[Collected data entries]
= = = =
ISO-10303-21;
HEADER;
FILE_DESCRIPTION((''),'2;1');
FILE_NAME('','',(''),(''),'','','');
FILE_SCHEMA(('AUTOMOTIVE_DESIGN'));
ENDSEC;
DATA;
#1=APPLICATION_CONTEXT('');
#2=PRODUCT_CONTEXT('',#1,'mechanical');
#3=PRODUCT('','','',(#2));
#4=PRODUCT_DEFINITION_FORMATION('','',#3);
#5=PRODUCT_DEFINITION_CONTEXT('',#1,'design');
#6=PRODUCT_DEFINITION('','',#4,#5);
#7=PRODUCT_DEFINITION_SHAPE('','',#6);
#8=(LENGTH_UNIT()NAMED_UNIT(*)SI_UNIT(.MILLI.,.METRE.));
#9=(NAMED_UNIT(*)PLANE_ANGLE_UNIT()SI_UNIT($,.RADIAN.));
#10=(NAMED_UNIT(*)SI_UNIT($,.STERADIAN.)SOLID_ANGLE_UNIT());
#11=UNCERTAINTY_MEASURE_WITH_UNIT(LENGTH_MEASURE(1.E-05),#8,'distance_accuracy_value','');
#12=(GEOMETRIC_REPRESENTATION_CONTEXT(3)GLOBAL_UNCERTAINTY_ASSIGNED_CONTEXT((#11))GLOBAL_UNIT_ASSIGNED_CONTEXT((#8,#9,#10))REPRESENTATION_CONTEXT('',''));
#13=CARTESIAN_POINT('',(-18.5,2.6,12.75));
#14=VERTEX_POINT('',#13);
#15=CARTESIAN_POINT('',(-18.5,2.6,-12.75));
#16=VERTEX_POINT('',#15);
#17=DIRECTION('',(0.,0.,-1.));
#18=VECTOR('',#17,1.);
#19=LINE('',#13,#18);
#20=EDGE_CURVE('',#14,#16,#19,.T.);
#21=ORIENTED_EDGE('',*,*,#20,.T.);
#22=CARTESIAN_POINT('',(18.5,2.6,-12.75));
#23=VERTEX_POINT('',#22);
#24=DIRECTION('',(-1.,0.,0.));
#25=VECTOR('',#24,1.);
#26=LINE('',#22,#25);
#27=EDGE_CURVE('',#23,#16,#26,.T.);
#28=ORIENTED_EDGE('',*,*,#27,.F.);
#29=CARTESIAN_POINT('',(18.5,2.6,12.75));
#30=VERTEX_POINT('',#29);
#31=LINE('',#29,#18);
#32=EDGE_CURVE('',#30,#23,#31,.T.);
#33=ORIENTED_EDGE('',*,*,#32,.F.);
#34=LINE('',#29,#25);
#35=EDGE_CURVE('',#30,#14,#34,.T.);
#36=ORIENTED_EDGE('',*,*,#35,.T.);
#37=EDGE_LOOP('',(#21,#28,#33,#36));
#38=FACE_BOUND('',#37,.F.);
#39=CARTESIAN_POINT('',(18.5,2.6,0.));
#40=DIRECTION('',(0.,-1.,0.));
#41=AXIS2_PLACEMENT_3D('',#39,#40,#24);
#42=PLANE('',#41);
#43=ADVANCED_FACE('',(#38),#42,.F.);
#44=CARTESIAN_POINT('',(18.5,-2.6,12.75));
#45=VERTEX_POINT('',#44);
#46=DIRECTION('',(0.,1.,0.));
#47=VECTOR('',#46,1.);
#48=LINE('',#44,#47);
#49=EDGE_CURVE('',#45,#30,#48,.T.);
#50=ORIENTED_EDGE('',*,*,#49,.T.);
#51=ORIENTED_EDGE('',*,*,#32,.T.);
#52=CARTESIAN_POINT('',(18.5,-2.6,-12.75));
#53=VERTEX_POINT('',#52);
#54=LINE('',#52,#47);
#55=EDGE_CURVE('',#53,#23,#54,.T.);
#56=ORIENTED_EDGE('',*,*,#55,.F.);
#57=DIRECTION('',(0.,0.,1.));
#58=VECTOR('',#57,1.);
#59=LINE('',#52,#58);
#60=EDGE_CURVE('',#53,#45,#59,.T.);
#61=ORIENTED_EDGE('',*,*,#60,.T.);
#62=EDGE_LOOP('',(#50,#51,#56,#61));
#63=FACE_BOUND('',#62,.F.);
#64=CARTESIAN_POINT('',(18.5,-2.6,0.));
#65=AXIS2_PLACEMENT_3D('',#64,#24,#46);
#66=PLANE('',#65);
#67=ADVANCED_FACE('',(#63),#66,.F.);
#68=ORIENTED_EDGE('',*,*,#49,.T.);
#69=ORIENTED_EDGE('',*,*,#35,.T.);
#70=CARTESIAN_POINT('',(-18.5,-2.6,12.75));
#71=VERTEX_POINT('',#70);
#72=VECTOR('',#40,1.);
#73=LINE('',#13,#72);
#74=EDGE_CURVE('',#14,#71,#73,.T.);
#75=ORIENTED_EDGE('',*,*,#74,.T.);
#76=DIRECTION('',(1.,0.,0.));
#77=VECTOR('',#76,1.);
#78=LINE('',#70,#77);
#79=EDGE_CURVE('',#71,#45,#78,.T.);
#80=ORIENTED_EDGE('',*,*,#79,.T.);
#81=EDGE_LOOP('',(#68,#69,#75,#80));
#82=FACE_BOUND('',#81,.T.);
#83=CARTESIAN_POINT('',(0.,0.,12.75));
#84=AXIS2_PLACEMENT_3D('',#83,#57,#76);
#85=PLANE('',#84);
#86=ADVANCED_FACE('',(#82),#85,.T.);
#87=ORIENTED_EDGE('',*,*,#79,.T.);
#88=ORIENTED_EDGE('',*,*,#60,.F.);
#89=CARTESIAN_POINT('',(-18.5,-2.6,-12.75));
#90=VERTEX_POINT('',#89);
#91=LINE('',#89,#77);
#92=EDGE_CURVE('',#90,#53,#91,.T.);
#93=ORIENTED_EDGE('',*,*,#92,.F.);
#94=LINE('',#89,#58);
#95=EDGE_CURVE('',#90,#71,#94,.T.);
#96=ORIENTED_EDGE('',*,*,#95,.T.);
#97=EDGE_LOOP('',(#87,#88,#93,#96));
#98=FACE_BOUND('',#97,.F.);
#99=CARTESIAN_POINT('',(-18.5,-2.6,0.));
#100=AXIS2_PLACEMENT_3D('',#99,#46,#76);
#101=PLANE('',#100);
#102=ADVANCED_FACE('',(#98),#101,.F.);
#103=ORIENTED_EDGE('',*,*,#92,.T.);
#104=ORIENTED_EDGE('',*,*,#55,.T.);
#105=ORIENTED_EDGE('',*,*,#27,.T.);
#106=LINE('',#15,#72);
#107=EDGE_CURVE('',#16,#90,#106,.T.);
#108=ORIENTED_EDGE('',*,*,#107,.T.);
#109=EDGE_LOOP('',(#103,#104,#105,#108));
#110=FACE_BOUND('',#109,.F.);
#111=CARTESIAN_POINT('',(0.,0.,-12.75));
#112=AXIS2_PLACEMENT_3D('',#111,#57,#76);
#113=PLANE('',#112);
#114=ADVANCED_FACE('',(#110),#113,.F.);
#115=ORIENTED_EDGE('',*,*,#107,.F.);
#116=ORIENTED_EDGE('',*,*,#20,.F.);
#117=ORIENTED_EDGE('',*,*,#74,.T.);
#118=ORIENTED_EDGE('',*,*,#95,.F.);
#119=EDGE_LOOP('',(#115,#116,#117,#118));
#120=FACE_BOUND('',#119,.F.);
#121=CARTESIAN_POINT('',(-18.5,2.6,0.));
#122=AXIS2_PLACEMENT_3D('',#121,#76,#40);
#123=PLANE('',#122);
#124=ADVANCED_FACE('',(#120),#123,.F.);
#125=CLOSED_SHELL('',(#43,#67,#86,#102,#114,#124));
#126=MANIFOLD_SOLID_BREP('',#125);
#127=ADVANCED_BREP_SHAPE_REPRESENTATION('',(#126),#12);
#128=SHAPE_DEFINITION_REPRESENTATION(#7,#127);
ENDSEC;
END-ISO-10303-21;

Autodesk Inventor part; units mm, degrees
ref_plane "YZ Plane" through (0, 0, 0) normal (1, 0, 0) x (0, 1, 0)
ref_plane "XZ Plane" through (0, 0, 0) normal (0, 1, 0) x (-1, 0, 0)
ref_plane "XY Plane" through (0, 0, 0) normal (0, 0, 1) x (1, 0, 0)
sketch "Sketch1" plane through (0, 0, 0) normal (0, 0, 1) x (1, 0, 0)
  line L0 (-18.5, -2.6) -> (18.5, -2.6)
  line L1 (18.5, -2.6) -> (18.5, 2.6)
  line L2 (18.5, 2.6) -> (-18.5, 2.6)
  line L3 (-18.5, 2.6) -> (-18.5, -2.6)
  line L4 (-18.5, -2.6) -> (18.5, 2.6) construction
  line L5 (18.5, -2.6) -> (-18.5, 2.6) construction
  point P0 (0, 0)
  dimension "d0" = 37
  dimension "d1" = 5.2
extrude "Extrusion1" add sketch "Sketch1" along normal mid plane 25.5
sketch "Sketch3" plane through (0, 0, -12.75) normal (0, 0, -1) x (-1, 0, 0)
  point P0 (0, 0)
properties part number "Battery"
= = = =
**Assignment**. In the records above, find the line with "#110=FACE_BOUND('',#109,.F.);"; write out exactly that line and each one after it, stopping after the line with "#119=EDGE_LOOP('',(#115,#116,#117,#118));".

**Task output**.
#110=FACE_BOUND('',#109,.F.);
#111=CARTESIAN_POINT('',(0.,0.,-12.75));
#112=AXIS2_PLACEMENT_3D('',#111,#57,#76);
#113=PLANE('',#112);
#114=ADVANCED_FACE('',(#110),#113,.F.);
#115=ORIENTED_EDGE('',*,*,#107,.F.);
#116=ORIENTED_EDGE('',*,*,#20,.F.);
#117=ORIENTED_EDGE('',*,*,#74,.T.);
#118=ORIENTED_EDGE('',*,*,#95,.F.);
#119=EDGE_LOOP('',(#115,#116,#117,#118));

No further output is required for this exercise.